### Exercise objective
Locate the line bearing "f 141 139 188" in the material below, then reproduce it and each following line up to and including the line bearing "f 131 72 73".

### Records provided
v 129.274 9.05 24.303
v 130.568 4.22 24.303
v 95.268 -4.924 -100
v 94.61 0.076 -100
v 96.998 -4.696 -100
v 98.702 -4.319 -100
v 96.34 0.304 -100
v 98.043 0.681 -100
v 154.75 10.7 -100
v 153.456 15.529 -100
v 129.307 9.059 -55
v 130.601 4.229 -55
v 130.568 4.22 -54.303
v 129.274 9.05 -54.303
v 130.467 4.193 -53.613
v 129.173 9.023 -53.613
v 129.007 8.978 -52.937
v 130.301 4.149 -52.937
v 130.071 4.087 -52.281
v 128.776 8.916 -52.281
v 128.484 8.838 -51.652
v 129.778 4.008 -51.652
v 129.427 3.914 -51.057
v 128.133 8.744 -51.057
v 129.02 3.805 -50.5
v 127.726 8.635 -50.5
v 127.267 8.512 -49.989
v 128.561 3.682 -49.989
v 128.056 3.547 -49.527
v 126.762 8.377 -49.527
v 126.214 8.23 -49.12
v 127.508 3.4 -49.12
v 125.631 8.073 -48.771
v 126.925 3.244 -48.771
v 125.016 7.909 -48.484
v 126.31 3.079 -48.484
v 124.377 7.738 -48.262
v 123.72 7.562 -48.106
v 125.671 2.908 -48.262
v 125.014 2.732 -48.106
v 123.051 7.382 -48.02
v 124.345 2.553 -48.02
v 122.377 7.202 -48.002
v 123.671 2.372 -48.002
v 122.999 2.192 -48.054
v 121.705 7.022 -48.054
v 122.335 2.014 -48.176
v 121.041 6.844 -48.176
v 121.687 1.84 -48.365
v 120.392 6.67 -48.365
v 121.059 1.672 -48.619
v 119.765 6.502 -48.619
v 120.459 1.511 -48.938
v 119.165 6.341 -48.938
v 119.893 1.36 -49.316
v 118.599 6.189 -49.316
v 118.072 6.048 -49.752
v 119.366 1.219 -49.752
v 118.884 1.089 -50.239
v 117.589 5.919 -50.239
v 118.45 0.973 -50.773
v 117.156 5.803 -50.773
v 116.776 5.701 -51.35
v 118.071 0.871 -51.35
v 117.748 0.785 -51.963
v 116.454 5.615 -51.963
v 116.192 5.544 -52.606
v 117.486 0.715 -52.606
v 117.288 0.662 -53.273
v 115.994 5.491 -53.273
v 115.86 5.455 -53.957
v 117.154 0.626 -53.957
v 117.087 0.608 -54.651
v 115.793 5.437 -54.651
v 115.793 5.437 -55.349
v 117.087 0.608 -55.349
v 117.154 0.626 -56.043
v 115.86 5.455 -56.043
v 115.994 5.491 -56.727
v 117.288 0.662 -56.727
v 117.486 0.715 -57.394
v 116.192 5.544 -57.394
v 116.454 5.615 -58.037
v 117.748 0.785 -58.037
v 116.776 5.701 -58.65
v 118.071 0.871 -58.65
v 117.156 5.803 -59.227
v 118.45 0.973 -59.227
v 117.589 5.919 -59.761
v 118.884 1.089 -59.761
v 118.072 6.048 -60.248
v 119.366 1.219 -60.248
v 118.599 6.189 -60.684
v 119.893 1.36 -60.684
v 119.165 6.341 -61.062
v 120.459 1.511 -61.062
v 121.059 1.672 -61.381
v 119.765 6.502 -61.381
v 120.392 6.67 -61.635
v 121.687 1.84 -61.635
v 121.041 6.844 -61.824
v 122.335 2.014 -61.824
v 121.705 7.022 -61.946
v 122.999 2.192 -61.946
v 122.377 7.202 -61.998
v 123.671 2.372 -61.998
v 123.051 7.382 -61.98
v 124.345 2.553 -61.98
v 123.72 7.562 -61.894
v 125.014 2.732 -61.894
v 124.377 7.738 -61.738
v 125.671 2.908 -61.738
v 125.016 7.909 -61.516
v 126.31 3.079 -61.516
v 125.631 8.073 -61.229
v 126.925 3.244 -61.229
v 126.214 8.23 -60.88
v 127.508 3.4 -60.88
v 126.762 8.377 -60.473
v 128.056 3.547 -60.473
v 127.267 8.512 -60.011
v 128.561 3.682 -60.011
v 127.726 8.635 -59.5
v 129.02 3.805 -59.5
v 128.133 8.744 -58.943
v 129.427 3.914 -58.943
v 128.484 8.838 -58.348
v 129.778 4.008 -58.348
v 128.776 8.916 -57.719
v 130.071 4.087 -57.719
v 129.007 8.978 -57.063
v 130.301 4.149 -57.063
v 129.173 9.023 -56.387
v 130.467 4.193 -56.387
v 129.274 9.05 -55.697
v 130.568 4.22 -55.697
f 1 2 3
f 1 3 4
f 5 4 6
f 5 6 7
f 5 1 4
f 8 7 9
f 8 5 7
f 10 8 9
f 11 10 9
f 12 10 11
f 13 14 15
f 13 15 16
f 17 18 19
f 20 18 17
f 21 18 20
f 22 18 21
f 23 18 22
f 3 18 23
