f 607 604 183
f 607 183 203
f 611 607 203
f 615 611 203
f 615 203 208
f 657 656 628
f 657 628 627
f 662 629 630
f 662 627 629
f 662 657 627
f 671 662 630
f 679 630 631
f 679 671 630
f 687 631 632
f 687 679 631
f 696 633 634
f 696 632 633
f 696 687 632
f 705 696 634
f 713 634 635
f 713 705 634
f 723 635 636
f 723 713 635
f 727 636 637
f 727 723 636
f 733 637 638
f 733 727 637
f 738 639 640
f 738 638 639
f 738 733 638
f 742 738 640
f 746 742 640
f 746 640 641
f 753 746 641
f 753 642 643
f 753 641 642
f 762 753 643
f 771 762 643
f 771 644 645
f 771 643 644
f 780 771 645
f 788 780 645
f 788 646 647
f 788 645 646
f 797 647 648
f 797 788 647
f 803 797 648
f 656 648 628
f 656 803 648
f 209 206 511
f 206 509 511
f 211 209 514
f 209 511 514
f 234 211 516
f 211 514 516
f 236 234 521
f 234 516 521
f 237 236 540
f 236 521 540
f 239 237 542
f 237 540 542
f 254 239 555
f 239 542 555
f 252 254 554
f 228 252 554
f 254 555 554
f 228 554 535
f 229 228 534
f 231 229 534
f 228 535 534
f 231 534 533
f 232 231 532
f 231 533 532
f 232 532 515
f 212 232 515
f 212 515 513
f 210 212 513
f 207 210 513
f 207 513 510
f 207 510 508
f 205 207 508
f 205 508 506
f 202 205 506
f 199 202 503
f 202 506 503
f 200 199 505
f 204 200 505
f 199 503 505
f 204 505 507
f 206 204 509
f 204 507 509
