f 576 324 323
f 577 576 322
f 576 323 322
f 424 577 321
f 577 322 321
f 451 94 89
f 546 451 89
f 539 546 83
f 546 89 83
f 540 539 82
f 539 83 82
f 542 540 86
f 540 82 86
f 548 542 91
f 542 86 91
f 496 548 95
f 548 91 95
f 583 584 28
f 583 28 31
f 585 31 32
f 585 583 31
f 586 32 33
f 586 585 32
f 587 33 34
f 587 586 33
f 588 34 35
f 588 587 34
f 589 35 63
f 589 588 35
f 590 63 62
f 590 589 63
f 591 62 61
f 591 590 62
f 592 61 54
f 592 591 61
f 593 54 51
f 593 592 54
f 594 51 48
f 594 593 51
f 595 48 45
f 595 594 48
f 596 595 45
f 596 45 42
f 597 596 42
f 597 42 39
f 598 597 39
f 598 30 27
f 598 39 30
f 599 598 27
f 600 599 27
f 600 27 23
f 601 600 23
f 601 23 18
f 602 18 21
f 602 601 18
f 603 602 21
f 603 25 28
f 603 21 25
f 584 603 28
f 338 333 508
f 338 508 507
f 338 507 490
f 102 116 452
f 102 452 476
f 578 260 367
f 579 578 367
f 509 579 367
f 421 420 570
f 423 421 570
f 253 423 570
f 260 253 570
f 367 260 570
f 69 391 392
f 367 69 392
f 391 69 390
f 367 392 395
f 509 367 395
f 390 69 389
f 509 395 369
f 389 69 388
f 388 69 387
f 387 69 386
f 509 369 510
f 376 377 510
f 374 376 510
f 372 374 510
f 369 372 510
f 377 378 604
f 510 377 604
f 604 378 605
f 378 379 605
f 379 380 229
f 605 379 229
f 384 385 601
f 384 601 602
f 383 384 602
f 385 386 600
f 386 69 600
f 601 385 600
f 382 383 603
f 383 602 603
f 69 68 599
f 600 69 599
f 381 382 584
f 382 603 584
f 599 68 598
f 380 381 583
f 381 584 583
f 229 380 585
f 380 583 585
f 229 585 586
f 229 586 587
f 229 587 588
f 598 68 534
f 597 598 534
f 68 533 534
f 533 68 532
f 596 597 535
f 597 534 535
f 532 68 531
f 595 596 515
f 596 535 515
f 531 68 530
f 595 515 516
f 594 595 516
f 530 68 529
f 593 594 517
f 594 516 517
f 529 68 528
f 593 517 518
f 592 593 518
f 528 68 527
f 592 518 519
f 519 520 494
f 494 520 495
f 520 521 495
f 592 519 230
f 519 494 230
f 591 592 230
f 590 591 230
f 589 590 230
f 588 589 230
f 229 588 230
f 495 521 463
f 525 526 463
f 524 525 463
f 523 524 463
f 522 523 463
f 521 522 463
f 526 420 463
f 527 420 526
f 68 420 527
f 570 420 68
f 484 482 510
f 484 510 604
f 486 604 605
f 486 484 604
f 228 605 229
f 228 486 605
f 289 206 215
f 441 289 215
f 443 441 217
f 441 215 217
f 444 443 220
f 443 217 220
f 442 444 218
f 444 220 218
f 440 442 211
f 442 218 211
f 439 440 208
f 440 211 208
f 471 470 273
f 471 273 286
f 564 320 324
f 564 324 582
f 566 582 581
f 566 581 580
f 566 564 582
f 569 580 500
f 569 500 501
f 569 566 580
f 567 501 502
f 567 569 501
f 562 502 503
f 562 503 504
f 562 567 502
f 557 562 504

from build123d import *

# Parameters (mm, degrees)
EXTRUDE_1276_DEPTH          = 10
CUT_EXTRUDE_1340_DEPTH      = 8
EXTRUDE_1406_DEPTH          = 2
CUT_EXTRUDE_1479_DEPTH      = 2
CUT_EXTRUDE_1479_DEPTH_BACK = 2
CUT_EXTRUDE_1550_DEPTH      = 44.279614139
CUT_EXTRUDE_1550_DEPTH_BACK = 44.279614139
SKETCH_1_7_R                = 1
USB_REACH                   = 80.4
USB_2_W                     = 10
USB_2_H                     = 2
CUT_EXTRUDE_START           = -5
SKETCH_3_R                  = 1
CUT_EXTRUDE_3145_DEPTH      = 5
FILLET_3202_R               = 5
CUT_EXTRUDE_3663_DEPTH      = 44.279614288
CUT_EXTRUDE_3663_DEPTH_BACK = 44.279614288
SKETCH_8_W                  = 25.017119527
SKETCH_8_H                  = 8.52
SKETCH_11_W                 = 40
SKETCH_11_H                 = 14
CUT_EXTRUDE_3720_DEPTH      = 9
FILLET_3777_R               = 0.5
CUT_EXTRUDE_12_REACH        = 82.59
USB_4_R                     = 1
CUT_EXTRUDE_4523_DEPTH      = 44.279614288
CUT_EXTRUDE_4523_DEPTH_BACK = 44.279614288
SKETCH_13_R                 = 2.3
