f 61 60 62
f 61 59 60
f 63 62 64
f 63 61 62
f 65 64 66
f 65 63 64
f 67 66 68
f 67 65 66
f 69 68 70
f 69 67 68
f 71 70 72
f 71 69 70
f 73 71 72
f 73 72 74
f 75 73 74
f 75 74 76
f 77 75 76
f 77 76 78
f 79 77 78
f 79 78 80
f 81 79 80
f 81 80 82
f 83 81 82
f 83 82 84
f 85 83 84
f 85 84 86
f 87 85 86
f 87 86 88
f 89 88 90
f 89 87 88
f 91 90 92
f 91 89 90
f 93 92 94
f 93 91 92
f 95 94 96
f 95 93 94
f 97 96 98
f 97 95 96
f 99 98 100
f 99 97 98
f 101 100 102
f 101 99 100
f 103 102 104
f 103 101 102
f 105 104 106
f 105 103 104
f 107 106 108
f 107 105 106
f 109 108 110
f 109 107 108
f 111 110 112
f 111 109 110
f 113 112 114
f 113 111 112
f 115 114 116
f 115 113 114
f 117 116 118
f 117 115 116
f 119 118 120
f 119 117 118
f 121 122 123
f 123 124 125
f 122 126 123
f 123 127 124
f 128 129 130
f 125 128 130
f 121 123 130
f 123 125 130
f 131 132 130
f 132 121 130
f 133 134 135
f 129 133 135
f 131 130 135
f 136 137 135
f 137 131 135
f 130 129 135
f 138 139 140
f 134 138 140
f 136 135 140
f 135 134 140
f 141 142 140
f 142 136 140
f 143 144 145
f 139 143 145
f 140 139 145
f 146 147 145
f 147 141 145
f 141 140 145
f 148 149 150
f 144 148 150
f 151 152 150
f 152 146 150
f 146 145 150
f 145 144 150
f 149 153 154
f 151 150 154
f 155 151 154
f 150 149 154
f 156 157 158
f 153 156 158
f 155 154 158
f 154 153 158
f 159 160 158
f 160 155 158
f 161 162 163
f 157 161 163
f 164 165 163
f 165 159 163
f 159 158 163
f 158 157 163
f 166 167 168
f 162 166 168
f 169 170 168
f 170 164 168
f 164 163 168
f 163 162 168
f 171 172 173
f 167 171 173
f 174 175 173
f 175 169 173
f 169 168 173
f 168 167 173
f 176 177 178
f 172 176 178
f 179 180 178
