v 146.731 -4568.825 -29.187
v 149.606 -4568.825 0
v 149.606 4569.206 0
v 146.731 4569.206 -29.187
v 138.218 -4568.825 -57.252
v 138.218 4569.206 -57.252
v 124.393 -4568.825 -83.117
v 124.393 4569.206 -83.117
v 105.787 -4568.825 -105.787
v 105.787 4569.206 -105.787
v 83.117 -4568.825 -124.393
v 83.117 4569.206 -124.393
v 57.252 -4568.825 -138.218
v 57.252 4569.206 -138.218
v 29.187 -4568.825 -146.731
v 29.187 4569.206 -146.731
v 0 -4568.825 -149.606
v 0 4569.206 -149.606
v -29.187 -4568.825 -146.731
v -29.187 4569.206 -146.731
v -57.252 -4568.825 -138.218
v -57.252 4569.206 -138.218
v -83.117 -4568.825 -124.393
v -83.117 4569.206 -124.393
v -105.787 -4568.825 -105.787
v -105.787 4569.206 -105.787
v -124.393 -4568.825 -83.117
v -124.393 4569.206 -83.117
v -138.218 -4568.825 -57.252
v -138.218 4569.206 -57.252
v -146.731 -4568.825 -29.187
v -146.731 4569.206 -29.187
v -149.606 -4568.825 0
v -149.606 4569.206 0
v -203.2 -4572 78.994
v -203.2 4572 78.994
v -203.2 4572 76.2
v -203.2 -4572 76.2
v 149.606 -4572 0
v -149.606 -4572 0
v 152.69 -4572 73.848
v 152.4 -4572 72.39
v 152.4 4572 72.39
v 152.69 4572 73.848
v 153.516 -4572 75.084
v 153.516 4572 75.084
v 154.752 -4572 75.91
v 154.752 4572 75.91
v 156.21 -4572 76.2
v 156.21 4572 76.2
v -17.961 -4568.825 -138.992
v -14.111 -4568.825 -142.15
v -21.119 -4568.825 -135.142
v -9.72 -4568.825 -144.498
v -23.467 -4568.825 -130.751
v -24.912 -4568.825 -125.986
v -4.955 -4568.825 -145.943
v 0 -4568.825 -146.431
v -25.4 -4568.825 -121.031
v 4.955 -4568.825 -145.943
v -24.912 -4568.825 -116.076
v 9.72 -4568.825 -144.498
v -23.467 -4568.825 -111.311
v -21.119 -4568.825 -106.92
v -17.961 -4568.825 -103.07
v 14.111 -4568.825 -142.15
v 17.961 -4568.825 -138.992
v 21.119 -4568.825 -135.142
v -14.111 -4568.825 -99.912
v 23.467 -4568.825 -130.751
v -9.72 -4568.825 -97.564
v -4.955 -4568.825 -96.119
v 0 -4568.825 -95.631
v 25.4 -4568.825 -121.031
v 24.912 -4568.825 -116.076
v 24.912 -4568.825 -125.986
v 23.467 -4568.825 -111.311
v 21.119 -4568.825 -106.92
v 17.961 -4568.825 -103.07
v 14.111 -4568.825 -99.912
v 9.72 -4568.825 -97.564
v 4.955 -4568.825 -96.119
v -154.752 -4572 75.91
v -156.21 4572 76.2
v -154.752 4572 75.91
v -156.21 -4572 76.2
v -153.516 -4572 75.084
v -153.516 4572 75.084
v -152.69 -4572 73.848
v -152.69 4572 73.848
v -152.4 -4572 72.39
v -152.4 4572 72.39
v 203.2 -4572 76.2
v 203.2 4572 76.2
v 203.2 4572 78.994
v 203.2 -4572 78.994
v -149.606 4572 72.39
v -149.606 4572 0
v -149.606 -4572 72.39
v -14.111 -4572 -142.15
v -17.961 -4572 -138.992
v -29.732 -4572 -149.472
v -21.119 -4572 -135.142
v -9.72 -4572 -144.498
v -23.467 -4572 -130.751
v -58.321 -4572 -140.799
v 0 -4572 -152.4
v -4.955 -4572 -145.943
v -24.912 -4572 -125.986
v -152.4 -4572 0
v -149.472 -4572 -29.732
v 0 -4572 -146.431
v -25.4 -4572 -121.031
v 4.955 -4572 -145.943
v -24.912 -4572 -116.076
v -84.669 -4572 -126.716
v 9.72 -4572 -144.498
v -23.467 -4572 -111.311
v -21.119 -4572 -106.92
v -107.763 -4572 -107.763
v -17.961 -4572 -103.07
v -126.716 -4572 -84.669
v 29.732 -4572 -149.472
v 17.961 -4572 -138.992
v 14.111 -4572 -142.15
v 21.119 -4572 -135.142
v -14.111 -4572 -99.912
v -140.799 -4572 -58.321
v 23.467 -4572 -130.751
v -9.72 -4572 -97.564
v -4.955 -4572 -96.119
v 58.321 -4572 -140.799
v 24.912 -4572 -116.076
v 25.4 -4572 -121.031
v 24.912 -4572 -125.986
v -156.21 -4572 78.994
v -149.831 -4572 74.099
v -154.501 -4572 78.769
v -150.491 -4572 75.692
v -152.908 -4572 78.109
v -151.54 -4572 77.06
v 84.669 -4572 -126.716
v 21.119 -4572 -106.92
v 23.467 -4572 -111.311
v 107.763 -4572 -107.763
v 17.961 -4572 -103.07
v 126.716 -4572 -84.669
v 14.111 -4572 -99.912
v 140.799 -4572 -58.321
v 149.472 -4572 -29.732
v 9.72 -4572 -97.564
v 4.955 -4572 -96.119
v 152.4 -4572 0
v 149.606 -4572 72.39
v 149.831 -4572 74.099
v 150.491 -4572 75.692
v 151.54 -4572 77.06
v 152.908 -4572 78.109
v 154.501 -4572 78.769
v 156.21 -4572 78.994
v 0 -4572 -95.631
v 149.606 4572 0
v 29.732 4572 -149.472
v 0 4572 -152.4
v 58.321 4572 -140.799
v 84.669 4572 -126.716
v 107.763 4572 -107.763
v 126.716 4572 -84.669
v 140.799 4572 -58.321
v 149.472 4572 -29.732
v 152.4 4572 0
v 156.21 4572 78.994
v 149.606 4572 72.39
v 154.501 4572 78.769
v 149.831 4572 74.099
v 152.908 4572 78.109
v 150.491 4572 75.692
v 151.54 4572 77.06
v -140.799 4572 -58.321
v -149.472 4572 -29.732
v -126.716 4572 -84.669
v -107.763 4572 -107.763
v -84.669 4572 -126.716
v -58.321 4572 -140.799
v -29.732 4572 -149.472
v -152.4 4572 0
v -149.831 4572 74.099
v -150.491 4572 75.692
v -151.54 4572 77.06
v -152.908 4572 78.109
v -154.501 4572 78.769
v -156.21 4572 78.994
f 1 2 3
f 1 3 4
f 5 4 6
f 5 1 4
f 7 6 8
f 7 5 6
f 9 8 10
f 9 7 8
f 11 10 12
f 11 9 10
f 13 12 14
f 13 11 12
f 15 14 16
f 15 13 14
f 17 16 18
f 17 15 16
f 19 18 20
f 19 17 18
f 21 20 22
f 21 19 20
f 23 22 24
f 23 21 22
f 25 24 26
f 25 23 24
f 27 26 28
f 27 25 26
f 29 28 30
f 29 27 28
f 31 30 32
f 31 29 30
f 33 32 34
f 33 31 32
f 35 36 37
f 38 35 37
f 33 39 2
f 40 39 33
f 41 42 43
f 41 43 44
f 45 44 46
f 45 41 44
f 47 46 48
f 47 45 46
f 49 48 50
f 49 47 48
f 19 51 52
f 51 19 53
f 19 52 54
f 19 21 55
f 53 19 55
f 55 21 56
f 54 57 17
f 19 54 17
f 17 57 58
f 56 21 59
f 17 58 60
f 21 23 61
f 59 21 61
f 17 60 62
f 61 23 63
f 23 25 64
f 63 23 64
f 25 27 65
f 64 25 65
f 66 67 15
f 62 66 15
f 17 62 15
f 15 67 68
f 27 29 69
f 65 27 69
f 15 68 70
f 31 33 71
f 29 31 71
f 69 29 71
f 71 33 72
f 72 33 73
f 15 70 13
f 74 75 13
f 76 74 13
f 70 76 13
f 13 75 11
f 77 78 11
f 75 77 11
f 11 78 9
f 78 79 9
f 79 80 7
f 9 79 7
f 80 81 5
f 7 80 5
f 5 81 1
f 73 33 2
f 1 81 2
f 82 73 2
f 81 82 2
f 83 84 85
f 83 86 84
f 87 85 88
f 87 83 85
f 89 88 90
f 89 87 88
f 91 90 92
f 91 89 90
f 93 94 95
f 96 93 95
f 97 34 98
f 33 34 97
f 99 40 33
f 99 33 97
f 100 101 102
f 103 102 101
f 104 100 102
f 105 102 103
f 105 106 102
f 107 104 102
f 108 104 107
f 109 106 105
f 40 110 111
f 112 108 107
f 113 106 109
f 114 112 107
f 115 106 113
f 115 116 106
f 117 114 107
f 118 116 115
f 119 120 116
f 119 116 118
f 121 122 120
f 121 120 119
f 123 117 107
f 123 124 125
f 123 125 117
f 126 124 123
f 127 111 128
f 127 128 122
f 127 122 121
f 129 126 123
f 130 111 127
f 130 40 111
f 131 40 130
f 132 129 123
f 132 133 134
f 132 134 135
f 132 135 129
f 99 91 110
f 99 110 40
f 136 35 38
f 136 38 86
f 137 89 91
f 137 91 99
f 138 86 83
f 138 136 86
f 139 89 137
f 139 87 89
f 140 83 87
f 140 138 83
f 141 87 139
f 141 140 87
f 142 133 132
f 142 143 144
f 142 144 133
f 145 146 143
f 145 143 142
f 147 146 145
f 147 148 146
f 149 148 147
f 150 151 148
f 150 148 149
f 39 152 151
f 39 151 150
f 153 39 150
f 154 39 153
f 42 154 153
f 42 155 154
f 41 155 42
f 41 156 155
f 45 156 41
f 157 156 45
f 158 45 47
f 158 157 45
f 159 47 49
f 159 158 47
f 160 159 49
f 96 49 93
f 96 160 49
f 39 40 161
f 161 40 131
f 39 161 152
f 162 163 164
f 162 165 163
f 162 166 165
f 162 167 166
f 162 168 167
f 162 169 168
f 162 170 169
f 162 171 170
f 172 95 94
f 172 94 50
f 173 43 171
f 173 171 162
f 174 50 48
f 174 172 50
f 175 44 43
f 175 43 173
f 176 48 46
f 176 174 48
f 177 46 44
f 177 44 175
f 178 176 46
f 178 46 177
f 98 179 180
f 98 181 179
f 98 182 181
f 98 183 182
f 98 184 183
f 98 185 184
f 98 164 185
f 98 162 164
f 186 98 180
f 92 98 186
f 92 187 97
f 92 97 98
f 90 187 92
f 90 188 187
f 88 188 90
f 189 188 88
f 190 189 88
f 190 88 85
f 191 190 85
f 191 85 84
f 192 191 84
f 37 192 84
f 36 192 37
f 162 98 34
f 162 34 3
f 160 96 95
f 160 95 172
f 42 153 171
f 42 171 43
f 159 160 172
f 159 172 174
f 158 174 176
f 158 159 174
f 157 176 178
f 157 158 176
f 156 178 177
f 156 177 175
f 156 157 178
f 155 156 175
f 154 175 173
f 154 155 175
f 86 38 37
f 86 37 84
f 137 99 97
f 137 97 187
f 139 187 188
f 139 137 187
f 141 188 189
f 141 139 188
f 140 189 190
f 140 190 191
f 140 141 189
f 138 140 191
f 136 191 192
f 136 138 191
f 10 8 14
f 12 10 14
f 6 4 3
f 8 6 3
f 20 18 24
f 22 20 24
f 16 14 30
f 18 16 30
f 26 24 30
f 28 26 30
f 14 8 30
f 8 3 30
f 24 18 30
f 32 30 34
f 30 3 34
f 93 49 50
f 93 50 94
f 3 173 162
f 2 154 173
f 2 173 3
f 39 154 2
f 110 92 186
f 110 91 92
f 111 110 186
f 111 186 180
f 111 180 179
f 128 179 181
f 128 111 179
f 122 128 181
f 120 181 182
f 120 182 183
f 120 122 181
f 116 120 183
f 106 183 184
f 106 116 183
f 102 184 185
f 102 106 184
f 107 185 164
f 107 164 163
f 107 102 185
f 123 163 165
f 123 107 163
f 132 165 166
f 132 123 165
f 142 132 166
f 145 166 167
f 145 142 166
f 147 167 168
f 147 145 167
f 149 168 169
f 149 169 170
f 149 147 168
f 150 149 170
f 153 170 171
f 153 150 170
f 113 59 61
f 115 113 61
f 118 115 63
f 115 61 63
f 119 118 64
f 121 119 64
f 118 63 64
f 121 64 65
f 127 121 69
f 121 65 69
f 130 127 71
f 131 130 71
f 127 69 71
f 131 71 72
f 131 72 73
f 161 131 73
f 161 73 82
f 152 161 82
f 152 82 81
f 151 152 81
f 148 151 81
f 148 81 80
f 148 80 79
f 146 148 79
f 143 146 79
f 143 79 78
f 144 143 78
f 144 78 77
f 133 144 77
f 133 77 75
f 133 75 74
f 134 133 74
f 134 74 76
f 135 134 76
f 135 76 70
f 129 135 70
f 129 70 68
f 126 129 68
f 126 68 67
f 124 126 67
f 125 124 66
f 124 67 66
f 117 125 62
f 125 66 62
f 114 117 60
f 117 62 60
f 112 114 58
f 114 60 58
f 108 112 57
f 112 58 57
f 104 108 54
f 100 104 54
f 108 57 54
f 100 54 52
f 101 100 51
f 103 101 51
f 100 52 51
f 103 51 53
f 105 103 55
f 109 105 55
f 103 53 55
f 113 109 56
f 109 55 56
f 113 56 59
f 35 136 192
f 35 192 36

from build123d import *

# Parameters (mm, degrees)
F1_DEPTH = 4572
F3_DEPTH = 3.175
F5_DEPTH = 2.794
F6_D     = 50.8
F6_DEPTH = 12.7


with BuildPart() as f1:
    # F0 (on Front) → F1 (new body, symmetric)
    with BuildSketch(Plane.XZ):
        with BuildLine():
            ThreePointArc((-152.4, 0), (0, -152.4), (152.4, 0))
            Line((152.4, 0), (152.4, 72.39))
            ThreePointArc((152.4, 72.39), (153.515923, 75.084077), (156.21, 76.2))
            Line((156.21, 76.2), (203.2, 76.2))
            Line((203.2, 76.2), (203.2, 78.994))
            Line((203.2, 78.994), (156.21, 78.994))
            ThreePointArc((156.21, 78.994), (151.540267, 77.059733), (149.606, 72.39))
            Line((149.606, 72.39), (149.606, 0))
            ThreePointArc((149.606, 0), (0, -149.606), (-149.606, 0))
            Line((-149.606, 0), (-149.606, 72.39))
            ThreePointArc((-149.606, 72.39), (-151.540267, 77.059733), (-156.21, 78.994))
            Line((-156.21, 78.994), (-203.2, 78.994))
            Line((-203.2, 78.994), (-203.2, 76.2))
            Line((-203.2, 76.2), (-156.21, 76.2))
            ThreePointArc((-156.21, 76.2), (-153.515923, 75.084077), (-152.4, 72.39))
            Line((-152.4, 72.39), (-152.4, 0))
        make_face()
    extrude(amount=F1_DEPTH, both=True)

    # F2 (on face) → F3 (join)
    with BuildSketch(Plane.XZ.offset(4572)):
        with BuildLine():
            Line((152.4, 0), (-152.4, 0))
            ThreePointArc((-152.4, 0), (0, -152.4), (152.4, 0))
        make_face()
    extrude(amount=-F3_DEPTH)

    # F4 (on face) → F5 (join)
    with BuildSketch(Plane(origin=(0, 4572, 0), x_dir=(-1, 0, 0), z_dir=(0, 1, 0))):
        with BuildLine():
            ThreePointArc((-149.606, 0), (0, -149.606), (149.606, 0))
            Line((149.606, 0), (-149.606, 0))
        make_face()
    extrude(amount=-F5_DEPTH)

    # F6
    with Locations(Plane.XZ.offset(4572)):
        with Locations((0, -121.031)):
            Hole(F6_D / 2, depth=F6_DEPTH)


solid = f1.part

### Response area
f 141 139 188
f 140 189 190
f 140 190 191
f 140 141 189
f 138 140 191
f 136 191 192
f 136 138 191
f 10 8 14
f 12 10 14
f 6 4 3
f 8 6 3
f 20 18 24
f 22 20 24
f 16 14 30
f 18 16 30
f 26 24 30
f 28 26 30
f 14 8 30
f 8 3 30
f 24 18 30
f 32 30 34
f 30 3 34
f 93 49 50
f 93 50 94
f 3 173 162
f 2 154 173
f 2 173 3
f 39 154 2
f 110 92 186
f 110 91 92
f 111 110 186
f 111 186 180
f 111 180 179
f 128 179 181
f 128 111 179
f 122 128 181
f 120 181 182
f 120 182 183
f 120 122 181
f 116 120 183
f 106 183 184
f 106 116 183
f 102 184 185
f 102 106 184
f 107 185 164
f 107 164 163
f 107 102 185
f 123 163 165
f 123 107 163
f 132 165 166
f 132 123 165
f 142 132 166
f 145 166 167
f 145 142 166
f 147 167 168
f 147 145 167
f 149 168 169
f 149 169 170
f 149 147 168
f 150 149 170
f 153 170 171
f 153 150 170
f 113 59 61
f 115 113 61
f 118 115 63
f 115 61 63
f 119 118 64
f 121 119 64
f 118 63 64
f 121 64 65
f 127 121 69
f 121 65 69
f 130 127 71
f 131 130 71
f 127 69 71
f 131 71 72
f 131 72 73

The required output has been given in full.